After the Civil War, Rose Herera Wanted More Than Freedom—She Wanted Justice

By Adam Rothman
July 21, 2015

Early in 1865, in the city of New Orleans, a newly freed woman named Rose Herera made a startling allegation. She told a local judge that her former owner’s wife, Mary De Hart, had abducted three of her children and was holding them in bondage in Cuba. She wanted De Hart prosecuted for kidnapping, and she wanted her children back.

In histories of slavery, we often hear about people who wanted to be free. But Rose Herera and countless other men and women in the throes of emancipation sought more than freedom. They sought justice. An elusive dream, justice meant seeing former owners punished for their misdeeds. It meant reuniting shredded families. It meant getting paid for years of unrequited toil. It meant gaining civil and political rights. Without justice, Rose Herera could not feel truly free.

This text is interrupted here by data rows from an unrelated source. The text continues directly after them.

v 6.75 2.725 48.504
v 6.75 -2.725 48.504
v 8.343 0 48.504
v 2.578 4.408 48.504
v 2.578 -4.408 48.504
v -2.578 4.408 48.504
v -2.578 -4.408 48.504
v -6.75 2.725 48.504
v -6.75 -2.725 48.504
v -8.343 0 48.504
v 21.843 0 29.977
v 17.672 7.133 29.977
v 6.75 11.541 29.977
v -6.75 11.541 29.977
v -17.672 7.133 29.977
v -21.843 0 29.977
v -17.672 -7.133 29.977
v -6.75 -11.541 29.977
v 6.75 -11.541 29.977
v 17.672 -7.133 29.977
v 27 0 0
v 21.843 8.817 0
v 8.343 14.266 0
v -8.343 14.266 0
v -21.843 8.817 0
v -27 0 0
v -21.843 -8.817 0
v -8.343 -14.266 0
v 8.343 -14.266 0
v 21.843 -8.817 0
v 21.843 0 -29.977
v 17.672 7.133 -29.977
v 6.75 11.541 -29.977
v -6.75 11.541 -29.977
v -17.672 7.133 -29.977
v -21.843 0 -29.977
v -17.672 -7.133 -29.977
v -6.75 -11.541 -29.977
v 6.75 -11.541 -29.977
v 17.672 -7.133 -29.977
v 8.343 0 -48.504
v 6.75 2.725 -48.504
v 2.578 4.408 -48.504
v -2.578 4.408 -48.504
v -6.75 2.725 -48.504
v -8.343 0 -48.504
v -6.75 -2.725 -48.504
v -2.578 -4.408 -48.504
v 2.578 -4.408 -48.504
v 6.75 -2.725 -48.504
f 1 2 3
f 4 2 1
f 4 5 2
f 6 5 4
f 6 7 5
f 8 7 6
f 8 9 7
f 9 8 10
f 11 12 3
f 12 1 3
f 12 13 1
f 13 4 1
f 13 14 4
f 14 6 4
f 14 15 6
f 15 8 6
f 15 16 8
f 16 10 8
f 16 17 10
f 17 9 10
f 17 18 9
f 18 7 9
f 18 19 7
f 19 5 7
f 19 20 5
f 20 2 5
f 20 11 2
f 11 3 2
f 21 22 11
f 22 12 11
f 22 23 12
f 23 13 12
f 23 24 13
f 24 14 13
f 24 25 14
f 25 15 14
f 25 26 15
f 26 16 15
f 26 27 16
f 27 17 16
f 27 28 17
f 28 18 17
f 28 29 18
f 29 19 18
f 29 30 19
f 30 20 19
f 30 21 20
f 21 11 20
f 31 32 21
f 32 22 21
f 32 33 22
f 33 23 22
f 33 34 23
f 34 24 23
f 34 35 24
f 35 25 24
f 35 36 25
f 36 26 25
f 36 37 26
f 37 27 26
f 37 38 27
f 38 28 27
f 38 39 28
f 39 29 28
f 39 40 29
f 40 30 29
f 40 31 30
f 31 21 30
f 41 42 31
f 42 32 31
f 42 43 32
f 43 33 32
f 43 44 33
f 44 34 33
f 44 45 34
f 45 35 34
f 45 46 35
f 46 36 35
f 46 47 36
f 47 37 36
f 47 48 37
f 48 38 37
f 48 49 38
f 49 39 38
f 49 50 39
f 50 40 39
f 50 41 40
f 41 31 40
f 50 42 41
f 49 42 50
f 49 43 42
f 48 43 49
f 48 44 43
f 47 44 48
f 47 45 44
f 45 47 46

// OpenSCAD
// Generated by SolidPython 1.0.1 on 2020-07-29 00:46:48


scale(v = [9, 5, 17]) {
	sphere(r = 3);
}
/***********************************************
*********      SolidPython code:      **********
************************************************
 
# import packages: SolidPython
from solid import *
from solid.utils import *
from itertools import chain, combinations, permutations


class Resize:

    def __init__(self, scad_file):
        self.scad_file = scad_file
        #self.scad_file = import_scad(scad_file)
        # cone/cylinder param:
        self.r1 = 0
        self.r2 = 0
        self.h = 0
        # rectangular prism param:
        self.w = 0
        self.l = 0
        # ellipse param:
        self.r = 0

    # import OpenScad code (file name corresponds to shape)


    # classify shape + parameters
    def assign(self, param1, param2, param3):
        if self.scad_file == 'cone.scad':
            self.r1 = param1
            self.r2 = param2
            self.h = param3
        elif self.scad_file == 'cylinder.scad':
            self.r1 = param1
            self.r2 = param2
            self.h = param3
        elif self.scad_file == 'rectangularPrism.scad':
            self.h = param1
            self.l = param2
            self.w = param3
        else:
            self.r = param1
            self.h = param2

    # resize parameters
    def iterate(self):
        x = range(3, 20, 2)
        i = 1
        if self.scad_file == 'cone.scad':
            tempList = list(permutations(x, 2))
            for temp in tempList:
                param1 = temp[0]
                param2 = temp[1]
                filepath = 'produced_scad_files/' + 'cone' + str(param1) + '_' + str(param2) + '_' + '.scad'
                scad_render_to_file(cylinder(h=param1, r1=param2, r2=0), filepath)

        elif self.scad_file == 'cylinder.scad':
            tempList = list(permutations(x, 3))
            for temp in tempList:
                param1 = temp[0]
                param2 = temp[1]
                filepath = 'produced_scad_files/' + 'cylinder' + str(param1) + '_' + str(param2) + '_' + '.scad'
                scad_render_to_file(cylinder(h=param1, r1=param2, r2=param2), filepath)

        elif self.scad_file == 'rectangularPrism.scad':
            tempList = list(permutations(x, 3))
            for temp in tempList:
                param1 = temp[0]
                param2 = temp[1]
                param3 = temp[2]
                filepath = 'produced_scad_files/' + 'rectangularPrism' + str(param1) + '_' + str(param2) + '_' + str(
                    param3) + '.scad'
                scad_render_to_file(cube(size=(param1, param2, param3)), filepath)

        elif self.scad_file == 'ellipse.scad':
            tempList = list(permutations(x, 4))
            for temp in tempList:
                param1 = temp[0]
                param2 = temp[1]
                param3 = temp[2]
                param4 = temp[3]
                filepath = 'produced_scad_files/' + 'ellipse' + str(param1) + '_' + str(param2) + '_' + str(param3) + '_' + str(param4) + '.scad'
                scad_render_to_file(scale([param1, param2, param3])(sphere(r=param4)), filepath)

    def render_to_scadfile(self):
        scad_render_to_file(scad, 'example.scad') 
 
************************************************/
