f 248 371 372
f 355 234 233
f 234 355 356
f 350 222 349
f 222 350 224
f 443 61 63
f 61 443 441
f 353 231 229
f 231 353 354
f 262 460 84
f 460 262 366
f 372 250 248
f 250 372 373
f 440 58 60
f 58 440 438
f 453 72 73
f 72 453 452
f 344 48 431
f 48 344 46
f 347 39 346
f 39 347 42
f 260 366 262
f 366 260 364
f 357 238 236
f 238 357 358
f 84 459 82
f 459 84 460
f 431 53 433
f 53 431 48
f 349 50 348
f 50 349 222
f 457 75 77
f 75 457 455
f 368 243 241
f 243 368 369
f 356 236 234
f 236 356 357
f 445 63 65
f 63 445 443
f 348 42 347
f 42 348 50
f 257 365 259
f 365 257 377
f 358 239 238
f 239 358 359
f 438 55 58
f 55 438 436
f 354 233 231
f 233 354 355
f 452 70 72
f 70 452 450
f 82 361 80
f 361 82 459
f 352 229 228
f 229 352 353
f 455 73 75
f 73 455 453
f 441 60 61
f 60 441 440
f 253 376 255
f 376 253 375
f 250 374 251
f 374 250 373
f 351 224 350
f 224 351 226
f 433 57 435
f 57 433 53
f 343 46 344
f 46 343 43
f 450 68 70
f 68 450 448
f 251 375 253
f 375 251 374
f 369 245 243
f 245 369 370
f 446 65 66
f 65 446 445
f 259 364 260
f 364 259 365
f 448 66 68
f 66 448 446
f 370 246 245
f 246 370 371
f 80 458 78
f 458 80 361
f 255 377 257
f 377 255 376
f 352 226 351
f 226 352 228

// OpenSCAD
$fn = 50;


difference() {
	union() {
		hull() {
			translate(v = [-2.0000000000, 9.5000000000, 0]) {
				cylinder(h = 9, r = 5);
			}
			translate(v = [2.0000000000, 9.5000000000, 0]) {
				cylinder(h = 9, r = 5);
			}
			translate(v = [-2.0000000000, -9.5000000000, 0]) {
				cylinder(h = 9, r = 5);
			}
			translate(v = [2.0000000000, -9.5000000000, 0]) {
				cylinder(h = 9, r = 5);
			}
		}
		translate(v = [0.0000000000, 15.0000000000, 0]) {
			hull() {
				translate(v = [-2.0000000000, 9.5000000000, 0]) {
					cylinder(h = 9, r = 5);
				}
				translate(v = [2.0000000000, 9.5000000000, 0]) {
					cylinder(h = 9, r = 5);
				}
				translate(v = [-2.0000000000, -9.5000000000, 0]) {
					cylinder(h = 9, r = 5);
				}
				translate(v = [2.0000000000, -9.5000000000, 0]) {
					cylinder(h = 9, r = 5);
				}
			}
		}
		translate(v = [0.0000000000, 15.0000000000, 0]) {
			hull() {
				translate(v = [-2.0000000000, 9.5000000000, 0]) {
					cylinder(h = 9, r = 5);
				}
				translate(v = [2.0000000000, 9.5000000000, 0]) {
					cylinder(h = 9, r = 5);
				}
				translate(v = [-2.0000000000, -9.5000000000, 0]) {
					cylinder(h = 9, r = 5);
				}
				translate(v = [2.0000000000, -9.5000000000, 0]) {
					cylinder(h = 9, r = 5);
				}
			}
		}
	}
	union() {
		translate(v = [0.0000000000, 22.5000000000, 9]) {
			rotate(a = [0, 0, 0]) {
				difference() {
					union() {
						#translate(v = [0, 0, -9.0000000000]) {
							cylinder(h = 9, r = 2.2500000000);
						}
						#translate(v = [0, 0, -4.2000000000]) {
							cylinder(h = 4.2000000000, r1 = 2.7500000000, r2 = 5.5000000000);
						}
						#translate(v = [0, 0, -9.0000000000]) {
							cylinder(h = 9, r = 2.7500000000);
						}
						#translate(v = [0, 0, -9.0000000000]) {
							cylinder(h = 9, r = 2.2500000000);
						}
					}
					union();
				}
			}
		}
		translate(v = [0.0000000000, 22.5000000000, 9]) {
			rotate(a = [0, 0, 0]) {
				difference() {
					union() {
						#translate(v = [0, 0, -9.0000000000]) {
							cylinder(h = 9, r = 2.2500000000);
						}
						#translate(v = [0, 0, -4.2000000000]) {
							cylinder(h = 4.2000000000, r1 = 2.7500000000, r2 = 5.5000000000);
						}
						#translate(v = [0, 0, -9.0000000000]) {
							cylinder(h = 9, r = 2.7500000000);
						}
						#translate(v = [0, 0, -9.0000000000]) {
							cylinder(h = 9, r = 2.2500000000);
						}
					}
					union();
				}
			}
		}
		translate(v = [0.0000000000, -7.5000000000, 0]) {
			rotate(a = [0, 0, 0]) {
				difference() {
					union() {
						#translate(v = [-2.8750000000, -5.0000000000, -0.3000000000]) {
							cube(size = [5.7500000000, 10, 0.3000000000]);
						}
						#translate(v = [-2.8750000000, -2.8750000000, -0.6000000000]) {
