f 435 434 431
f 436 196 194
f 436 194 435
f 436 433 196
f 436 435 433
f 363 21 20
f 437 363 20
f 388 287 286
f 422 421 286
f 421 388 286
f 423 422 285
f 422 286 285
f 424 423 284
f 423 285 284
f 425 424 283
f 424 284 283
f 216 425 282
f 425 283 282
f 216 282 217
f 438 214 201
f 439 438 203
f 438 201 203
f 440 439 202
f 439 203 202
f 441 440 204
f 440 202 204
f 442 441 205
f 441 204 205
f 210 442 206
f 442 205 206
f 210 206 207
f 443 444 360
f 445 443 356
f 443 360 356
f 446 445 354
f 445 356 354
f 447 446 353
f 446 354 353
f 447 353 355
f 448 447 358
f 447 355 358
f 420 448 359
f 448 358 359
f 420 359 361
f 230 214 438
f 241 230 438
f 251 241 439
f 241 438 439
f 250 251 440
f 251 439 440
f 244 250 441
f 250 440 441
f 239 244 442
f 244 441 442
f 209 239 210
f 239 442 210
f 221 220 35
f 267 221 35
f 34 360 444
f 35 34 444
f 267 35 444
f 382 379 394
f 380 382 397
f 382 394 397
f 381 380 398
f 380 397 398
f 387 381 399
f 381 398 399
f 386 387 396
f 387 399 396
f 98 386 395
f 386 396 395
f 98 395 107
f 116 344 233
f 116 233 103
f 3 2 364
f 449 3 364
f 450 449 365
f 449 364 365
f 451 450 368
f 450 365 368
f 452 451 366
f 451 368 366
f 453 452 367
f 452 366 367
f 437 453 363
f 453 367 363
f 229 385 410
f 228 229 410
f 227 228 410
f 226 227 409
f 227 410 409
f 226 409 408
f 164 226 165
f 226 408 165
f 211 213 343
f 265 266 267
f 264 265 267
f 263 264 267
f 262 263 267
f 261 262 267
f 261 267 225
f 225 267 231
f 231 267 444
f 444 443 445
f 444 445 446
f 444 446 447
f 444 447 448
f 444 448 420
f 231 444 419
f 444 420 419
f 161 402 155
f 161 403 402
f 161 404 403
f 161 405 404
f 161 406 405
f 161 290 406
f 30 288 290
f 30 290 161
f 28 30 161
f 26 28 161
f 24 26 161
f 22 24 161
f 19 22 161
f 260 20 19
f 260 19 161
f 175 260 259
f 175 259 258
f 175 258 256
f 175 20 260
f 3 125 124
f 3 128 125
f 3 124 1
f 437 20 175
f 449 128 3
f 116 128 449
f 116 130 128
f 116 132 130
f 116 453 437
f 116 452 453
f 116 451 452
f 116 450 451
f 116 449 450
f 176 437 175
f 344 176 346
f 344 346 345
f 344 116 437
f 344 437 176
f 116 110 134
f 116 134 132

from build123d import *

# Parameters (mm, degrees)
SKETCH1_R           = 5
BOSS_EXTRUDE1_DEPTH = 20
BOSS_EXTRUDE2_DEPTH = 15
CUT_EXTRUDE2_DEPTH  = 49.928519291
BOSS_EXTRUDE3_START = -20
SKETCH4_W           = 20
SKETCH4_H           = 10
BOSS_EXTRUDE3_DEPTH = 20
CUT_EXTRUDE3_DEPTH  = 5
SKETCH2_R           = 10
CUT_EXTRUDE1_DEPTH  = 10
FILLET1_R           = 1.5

Rose Herera’s quest for justice reveals the vast gulf between abolition and emancipation. It was one thing for the Union to overthrow slavery in law and practice during and after the Civil War. It was another for ex-slaves to enjoy the experience of freedom. Paying attention to stories like Herera’s can help us to see the wrinkled human face of what Abraham Lincoln called America’s “new birth of freedom.”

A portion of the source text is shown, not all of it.